Several notes so far:

  1. It makes sense to separate tests PR and VSX support PRs (I advice to use ghstack )
  2. aten/src/ATen/cpu/vec256/vec256.h becomes messy with the mix of VSX and AVX perhaps we need to postfix everything properly as they are mutually exclusive.
  3. Do you have any benchmark numbers to prove that adding VSX instructions performs better than compiler optimization?
  1. I'll see if I can separate them properly with the suggested tool.

  2. there are very few additions and modifications in vec256.h and as well as in other vector files
    in vec256.h only 1 common header was included (I suffixed it with _vsx) and stream helpers added for quant types.'

  3. No, I did not add any benchmark. I was asked by IBM to add initial support for VSX instructions as it is the same x86.
    I only checked with Godbolt's output to see if I am getting a decent output. I am emulating 256bit with two 128bit vectors. It is still vector intrinsics so it will mostly outperform and at least will not have broken auto-vectorizations in loops.
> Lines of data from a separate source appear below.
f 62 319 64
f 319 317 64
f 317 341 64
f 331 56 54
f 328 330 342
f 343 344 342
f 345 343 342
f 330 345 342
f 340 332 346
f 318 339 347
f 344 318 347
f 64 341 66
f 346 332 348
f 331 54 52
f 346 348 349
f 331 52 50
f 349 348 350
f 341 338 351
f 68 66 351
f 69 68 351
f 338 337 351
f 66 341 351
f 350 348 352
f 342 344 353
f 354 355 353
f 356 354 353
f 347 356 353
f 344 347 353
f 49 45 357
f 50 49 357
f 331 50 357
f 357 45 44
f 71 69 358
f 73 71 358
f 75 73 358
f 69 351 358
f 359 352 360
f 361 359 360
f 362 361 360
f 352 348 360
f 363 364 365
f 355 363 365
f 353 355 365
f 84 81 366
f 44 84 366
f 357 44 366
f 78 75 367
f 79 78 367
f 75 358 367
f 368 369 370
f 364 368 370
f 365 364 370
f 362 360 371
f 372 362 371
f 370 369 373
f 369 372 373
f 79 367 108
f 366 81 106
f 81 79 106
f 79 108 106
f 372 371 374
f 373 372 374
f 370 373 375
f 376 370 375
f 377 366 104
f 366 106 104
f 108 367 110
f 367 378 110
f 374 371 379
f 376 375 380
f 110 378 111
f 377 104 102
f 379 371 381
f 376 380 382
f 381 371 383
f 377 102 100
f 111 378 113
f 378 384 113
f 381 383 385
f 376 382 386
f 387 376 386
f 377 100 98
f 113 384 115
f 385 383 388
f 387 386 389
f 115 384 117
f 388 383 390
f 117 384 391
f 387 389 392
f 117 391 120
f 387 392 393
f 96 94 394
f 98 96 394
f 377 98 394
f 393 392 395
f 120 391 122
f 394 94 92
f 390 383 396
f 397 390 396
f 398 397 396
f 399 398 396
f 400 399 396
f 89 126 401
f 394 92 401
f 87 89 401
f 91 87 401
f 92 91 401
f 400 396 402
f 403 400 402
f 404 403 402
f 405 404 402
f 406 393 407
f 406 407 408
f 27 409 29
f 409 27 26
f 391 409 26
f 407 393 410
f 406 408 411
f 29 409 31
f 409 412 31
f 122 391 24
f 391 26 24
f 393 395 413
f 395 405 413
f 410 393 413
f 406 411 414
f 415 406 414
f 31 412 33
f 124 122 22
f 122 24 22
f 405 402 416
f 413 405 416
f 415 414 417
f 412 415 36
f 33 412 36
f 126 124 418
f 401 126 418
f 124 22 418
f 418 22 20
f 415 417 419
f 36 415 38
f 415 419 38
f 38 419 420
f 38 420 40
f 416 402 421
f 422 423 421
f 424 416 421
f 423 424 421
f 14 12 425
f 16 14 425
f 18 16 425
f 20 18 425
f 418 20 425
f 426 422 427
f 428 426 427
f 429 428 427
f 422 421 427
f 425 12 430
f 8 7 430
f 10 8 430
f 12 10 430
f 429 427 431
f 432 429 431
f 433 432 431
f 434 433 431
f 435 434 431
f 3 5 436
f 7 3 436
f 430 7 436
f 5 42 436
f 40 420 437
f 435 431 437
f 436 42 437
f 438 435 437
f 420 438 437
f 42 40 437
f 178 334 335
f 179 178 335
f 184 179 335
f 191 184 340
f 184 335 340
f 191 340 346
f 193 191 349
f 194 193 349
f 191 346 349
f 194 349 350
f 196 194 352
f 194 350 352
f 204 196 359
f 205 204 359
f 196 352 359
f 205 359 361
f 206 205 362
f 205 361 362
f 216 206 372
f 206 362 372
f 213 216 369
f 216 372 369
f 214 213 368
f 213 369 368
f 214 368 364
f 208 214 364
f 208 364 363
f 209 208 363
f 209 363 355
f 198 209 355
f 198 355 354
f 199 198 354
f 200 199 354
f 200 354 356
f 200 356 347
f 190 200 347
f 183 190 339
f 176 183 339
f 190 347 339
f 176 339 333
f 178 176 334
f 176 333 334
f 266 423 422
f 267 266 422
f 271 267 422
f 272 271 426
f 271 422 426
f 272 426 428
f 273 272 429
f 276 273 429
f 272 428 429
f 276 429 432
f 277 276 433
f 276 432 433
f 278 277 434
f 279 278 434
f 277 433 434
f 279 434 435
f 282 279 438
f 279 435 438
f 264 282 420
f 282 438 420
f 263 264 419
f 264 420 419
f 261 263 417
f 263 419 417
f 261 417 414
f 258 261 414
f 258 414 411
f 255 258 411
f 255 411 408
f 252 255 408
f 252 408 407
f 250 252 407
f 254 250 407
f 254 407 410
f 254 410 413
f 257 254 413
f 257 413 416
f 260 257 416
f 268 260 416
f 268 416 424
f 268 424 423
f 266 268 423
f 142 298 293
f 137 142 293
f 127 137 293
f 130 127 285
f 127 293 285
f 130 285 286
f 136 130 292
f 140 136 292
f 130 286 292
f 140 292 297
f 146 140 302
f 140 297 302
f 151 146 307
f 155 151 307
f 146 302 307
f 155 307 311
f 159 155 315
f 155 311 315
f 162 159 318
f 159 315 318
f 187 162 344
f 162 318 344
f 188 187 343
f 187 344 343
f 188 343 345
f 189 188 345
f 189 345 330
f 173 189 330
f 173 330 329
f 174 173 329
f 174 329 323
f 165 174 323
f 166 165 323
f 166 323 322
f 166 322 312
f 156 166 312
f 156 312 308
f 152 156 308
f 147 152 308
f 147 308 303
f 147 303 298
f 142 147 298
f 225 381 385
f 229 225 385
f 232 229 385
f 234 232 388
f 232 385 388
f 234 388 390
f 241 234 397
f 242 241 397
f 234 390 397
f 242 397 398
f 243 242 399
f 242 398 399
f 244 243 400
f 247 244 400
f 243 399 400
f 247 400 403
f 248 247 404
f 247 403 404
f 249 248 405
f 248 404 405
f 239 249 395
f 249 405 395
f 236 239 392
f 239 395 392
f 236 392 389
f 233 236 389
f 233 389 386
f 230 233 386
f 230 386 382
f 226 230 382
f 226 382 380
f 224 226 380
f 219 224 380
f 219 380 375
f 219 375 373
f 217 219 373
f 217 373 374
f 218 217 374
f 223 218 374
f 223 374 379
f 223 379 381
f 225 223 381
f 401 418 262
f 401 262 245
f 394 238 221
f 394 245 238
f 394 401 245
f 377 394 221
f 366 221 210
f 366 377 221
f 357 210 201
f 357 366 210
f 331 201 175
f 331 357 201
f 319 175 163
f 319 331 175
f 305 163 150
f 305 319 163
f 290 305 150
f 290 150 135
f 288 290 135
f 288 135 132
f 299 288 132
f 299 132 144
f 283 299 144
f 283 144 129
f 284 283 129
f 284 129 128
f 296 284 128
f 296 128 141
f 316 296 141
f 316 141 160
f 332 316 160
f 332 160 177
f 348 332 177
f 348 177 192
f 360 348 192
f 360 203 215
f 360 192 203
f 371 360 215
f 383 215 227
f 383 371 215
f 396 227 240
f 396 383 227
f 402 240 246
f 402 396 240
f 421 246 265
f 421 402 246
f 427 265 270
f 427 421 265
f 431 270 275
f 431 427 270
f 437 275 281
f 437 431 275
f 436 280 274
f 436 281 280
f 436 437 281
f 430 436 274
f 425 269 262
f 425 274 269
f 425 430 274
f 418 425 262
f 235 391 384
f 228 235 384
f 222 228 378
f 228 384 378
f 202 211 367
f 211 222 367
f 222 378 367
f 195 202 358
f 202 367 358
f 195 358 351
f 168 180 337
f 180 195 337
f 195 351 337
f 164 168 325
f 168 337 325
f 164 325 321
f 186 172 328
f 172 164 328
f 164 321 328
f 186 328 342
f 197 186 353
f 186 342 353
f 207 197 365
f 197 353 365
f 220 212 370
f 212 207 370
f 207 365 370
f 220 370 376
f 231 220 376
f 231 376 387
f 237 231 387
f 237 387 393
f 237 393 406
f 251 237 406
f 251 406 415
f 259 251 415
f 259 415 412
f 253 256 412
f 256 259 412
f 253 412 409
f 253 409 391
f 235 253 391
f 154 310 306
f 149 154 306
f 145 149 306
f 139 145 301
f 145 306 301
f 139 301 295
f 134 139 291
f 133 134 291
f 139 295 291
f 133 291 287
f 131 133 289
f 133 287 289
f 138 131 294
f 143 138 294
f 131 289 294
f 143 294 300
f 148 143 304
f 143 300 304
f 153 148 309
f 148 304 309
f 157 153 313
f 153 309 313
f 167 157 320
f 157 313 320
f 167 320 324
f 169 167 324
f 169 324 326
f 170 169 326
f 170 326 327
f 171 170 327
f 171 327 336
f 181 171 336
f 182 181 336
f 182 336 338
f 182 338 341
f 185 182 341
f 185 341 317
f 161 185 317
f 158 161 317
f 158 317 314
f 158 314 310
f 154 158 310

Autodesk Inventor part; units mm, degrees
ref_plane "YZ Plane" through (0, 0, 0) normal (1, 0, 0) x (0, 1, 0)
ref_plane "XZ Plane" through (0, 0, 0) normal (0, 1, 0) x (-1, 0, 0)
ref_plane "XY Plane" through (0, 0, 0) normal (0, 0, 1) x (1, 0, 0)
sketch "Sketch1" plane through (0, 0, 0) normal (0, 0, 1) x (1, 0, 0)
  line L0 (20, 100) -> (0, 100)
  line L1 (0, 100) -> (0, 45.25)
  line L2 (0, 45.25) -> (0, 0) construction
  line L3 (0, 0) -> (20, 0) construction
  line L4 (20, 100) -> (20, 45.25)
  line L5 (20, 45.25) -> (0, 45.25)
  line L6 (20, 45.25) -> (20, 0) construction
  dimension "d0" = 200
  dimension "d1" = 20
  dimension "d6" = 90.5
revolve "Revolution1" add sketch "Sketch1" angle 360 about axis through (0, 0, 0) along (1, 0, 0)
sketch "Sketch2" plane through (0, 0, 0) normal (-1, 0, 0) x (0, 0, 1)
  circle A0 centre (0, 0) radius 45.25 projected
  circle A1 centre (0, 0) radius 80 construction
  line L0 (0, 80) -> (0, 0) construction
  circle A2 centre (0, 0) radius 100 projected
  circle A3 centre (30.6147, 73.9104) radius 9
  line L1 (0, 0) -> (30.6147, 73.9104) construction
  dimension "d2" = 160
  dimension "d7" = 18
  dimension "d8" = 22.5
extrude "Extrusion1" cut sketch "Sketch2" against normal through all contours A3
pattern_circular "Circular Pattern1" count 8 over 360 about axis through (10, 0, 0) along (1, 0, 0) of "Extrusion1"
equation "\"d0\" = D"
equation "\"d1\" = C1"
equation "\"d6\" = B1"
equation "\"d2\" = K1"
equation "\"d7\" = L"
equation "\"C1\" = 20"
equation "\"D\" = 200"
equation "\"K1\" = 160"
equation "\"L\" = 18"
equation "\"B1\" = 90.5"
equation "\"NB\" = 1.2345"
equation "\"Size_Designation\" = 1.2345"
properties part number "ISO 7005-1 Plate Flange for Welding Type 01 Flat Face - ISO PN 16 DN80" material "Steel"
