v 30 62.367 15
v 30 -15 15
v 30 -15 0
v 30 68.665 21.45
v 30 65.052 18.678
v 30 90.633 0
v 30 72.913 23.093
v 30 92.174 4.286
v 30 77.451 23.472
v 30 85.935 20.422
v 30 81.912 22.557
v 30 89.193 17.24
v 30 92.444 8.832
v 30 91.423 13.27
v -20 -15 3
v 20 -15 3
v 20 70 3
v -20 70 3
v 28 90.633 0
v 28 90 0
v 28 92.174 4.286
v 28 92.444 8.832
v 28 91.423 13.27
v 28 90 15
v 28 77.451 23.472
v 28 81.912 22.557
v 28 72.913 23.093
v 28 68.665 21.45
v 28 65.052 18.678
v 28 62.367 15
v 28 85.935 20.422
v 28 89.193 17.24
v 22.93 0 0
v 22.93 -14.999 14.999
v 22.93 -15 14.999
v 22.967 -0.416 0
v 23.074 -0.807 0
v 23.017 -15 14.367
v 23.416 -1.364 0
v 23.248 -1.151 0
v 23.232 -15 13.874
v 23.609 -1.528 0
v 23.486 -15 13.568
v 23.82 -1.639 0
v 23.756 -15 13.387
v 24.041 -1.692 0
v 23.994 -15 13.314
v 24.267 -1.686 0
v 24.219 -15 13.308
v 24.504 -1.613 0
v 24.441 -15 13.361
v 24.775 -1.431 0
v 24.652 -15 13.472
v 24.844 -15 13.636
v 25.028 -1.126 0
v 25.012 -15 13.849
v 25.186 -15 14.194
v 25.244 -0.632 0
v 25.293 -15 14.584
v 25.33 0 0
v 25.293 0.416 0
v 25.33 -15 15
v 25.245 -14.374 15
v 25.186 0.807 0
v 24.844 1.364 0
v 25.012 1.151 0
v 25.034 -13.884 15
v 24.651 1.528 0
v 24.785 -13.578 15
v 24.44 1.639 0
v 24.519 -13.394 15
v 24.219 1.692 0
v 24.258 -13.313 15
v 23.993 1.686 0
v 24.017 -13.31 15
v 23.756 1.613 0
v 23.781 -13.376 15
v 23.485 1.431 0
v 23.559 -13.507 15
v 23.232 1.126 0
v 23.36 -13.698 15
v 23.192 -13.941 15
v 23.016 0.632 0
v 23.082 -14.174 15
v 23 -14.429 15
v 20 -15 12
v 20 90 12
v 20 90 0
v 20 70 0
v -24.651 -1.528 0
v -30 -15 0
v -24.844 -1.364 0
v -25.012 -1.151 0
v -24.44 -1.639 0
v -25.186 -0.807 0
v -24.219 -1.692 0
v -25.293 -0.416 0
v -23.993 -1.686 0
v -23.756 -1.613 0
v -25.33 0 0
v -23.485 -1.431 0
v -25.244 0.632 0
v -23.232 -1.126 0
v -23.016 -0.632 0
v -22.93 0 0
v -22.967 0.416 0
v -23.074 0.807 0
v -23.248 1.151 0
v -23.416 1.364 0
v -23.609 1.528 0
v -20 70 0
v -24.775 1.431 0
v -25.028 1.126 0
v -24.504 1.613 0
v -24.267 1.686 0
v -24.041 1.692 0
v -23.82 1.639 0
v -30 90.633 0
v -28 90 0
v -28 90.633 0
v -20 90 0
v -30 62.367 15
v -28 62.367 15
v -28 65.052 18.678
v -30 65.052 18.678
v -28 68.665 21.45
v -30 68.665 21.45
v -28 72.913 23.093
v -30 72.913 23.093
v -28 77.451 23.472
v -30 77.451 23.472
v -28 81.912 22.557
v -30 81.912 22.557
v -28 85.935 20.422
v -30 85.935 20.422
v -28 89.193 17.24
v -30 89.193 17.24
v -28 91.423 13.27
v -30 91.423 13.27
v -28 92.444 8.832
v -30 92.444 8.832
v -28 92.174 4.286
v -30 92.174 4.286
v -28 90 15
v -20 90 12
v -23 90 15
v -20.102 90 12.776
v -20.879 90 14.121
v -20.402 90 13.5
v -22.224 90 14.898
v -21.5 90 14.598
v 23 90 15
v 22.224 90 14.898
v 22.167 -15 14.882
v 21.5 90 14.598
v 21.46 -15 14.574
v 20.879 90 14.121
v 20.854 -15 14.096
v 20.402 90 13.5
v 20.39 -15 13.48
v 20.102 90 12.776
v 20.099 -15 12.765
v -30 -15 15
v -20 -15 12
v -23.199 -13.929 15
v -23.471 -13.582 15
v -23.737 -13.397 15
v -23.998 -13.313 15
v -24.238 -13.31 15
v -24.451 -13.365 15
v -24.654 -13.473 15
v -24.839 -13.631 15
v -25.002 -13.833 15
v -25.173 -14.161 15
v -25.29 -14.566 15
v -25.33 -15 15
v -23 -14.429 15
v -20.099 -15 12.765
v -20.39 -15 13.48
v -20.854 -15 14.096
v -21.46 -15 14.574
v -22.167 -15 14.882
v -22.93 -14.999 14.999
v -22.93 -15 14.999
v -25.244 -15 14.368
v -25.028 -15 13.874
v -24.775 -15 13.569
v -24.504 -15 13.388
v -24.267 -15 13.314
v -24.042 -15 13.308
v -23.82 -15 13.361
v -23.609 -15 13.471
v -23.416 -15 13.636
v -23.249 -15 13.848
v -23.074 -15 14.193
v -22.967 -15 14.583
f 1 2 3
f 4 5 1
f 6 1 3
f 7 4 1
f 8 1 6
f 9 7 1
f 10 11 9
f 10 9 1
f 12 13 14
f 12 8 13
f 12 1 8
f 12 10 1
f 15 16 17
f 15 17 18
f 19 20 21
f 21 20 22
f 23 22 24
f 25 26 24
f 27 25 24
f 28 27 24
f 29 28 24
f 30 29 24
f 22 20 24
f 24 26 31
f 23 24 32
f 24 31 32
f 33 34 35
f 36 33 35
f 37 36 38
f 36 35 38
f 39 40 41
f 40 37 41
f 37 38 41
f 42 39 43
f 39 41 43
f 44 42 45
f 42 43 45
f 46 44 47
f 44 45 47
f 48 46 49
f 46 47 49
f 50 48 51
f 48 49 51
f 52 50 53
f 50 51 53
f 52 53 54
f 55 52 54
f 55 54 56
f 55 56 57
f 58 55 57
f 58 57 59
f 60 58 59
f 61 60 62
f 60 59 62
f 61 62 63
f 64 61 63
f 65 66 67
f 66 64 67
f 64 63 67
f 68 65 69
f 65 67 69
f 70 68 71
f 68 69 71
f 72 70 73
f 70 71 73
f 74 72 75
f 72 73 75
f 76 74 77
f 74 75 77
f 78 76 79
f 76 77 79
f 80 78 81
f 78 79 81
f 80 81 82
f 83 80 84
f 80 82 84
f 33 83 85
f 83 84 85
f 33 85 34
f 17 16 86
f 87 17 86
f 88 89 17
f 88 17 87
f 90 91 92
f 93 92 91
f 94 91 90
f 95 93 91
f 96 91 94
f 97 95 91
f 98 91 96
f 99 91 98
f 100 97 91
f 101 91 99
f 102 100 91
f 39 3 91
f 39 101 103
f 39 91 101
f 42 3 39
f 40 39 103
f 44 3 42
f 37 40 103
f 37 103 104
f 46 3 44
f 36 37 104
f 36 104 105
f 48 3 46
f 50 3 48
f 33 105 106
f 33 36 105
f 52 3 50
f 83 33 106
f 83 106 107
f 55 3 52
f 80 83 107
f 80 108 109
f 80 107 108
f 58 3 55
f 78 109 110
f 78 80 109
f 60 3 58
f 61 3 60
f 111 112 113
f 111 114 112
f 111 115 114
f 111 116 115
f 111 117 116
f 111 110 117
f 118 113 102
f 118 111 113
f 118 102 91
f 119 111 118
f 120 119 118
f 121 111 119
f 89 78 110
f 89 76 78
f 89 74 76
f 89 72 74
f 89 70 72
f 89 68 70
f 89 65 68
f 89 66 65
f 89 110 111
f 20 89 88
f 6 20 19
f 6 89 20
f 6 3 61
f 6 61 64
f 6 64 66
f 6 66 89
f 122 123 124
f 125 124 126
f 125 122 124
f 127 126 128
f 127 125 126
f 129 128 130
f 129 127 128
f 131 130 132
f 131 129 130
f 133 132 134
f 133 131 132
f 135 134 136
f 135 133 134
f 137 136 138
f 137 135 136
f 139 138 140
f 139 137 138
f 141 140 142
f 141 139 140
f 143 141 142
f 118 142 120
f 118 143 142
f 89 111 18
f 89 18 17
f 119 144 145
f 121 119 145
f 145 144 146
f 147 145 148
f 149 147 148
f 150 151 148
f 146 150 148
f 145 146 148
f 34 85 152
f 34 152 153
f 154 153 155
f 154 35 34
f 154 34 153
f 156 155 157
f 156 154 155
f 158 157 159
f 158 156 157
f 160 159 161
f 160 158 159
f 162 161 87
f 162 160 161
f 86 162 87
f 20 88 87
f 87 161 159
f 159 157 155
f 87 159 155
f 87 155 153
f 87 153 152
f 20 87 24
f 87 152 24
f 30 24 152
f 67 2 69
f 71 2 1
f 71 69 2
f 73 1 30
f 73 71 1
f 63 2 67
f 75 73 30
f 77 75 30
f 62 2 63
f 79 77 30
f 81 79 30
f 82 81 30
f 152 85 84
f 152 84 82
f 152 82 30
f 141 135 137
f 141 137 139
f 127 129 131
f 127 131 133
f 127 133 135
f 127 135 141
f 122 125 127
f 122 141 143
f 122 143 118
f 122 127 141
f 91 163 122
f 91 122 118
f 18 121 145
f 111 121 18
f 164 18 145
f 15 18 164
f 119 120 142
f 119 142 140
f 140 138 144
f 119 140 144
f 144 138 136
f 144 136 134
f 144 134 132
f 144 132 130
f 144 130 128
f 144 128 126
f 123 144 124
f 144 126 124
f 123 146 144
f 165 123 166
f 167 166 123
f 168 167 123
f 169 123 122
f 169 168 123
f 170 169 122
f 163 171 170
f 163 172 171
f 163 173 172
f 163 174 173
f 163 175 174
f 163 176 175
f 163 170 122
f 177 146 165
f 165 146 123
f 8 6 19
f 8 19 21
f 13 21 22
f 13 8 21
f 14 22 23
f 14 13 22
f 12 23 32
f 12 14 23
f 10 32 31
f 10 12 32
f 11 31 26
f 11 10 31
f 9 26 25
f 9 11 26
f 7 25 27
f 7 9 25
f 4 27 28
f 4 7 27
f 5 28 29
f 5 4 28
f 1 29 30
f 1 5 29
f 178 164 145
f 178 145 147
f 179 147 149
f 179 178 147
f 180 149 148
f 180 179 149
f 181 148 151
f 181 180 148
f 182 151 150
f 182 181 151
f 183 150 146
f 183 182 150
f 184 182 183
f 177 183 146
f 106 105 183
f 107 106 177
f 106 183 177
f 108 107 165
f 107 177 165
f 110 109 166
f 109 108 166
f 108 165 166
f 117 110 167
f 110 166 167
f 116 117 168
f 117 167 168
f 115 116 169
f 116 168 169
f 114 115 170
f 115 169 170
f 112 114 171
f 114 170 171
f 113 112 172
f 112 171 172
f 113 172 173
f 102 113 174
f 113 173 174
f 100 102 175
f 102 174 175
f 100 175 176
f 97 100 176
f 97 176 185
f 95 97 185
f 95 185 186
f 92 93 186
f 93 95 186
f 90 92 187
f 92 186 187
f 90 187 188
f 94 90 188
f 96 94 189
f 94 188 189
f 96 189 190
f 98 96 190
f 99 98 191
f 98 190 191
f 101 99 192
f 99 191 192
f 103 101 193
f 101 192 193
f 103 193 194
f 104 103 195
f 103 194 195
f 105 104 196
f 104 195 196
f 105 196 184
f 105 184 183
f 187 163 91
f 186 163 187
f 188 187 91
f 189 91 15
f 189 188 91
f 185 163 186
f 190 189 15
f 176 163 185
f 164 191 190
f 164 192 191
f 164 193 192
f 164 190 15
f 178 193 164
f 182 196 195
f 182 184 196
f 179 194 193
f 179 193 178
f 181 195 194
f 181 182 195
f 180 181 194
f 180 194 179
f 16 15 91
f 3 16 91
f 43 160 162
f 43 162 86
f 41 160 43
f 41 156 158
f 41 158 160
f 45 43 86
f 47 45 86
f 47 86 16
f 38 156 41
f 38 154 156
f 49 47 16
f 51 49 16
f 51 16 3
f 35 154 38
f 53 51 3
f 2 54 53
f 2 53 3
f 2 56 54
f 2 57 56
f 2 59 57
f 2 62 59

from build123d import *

# Parameters (mm, degrees)
F2_DEPTH       = 100
F2_DEPTH_BACK  = 20
F1_R           = 1
F4_DEPTH       = 15
F4_DEPTH_BACK  = 90
F6_R           = 16
F7_DEPTH       = 2
F8_R           = 16
F9_DEPTH       = 2
F11_DEPTH      = 10
F12_R          = 1.2
F13_DEPTH      = 124.25
F13_DEPTH_BACK = 109.5
F14_W          = 125.272244215
F14_H          = 20.9059882909
F15_DEPTH      = 40


with BuildPart() as f2:
    # F1 (on face) → F2 (new body, two sides)
    with BuildSketch(Plane(origin=(0, 0, 0), x_dir=(1, 0, 0), z_dir=(0, -0.7071067812, 0.7071067812))) as f2_sk:
        with BuildLine():
            ThreePointArc((25.13, 0), (24.13, 1), (23.13, 0))
            ThreePointArc((23.13, 0), (24.13, -1), (25.13, 0))
        make_face()
    extrude(amount=F2_DEPTH)
    extrude(f2_sk.sketch, amount=-F2_DEPTH_BACK)



with BuildPart() as f2b:
    # F1 (on face) → F2, piece 2 (new body, two sides)
    with BuildSketch(Plane(origin=(0, 0, 0), x_dir=(1, 0, 0), z_dir=(0, -0.7071067812, 0.7071067812))) as f2_2_sk:
        with Locations((-24.13, 0)):
            Circle(F1_R)
    extrude(amount=F2_DEPTH)
    extrude(f2_2_sk.sketch, amount=-F2_DEPTH_BACK)


with BuildPart() as f2_1:
    add(f2.part)

    add(f2b.part)  # F4 merges F2b
    # F3 (on Front) → F4 (join, two sides)
    with BuildSketch(Plane.XZ) as f4_sk:
        with BuildLine():
            Line((-30, 15), (-30, 0))
            Line((-30, 0), (30, 0))
            Line((30, 0), (30, 15))
            Line((30, 15), (23, 15))
            ThreePointArc((23, 15), (20.8786796564, 14.1213203436), (20, 12))
            Line((20, 12), (20, 3))
            Line((20, 3), (-20, 3))
            Line((-20, 3), (-20, 12))
            ThreePointArc((-20, 12), (-20.8786796564, 14.1213203436), (-23, 15))
            Line((-23, 15), (-30, 15))
        make_face()
    extrude(amount=F4_DEPTH)
    extrude(f4_sk.sketch, amount=-F4_DEPTH_BACK)

    # F6 (on face) → F7 (join)
    with BuildSketch(Plane(origin=(-30, 0, 0), x_dir=(0, -1, 0), z_dir=(-1, 0, 0))):
        with Locations((-76.5, 7.5)):
            Circle(F6_R)
    extrude(amount=-F7_DEPTH)

    # F8 (on face) → F9 (join)
    with BuildSketch(Plane.YZ.offset(30)):
        with Locations((76.5, 7.5)):
            Circle(F8_R)
    extrude(amount=-F9_DEPTH)

    # F10 (on Top) → F11 (cut)
    with BuildSketch(Plane.XY):
        Polygon((20, 90), (-20, 90), (-20, 77.4333529874), (-20, 70), (20, 70), align=None)
    extrude(amount=F11_DEPTH, mode=Mode.SUBTRACT)

    # F12 (on face) → F13 (cut, two sides)
    with BuildSketch(Plane(origin=(0, 0, 0), x_dir=(1, 0, 0), z_dir=(0, -0.7071067812, 0.7071067812))) as f13_sk:
        with BuildLine():
            ThreePointArc((25.33, 0), (24.13, 1.2), (22.93, 0))
            ThreePointArc((22.93, 0), (24.13, -1.2), (25.33, 0))
        make_face()
        with Locations((-24.13, 0)):
            Circle(F12_R)
    extrude(amount=F13_DEPTH, mode=Mode.SUBTRACT)
    extrude(f13_sk.sketch, amount=-F13_DEPTH_BACK, mode=Mode.SUBTRACT)

    # F14 (on Right) → F15 (cut, symmetric)
    with BuildSketch(Plane.YZ):
        with Locations((62.6361221075, -10.4529941455)):
            Rectangle(F14_W, F14_H)
    extrude(amount=F15_DEPTH, both=True, mode=Mode.SUBTRACT)


solid = f2_1.part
  4. some additional notes on performance and math functions:
    I implemented very few math functions as it is initial support and I could not decide to rely on Sleef or which implementations to use. But Sleef codes do not have 256bit simulation for VSX.
    There is a problem with non-implemented std map-ped functions. as with the current libm almost all math functions are not vectorizable. I can make them auto-vectorizable on x86 GCC assuming it will hold for Power architecture in the future. For gcc It needs --ffast-math flag addition and a little modification on map function so that auto-vectorization will not be broken.

    If this project relied on auto-vectorization and its report tools there would not be any need. We went this way for my team. We made a reporting tool for the project and we check to see where vectorization fails and we help the compiler. But there could be places its almost impossible to make it easier for the compiler to auto vectorize it.
    But this project relies on separate Vec256 so why not to use explicit vector types or intrinsic. From my experience compilers are still doing good with explicit codes.

Do we know anyone at IBM who could help review this?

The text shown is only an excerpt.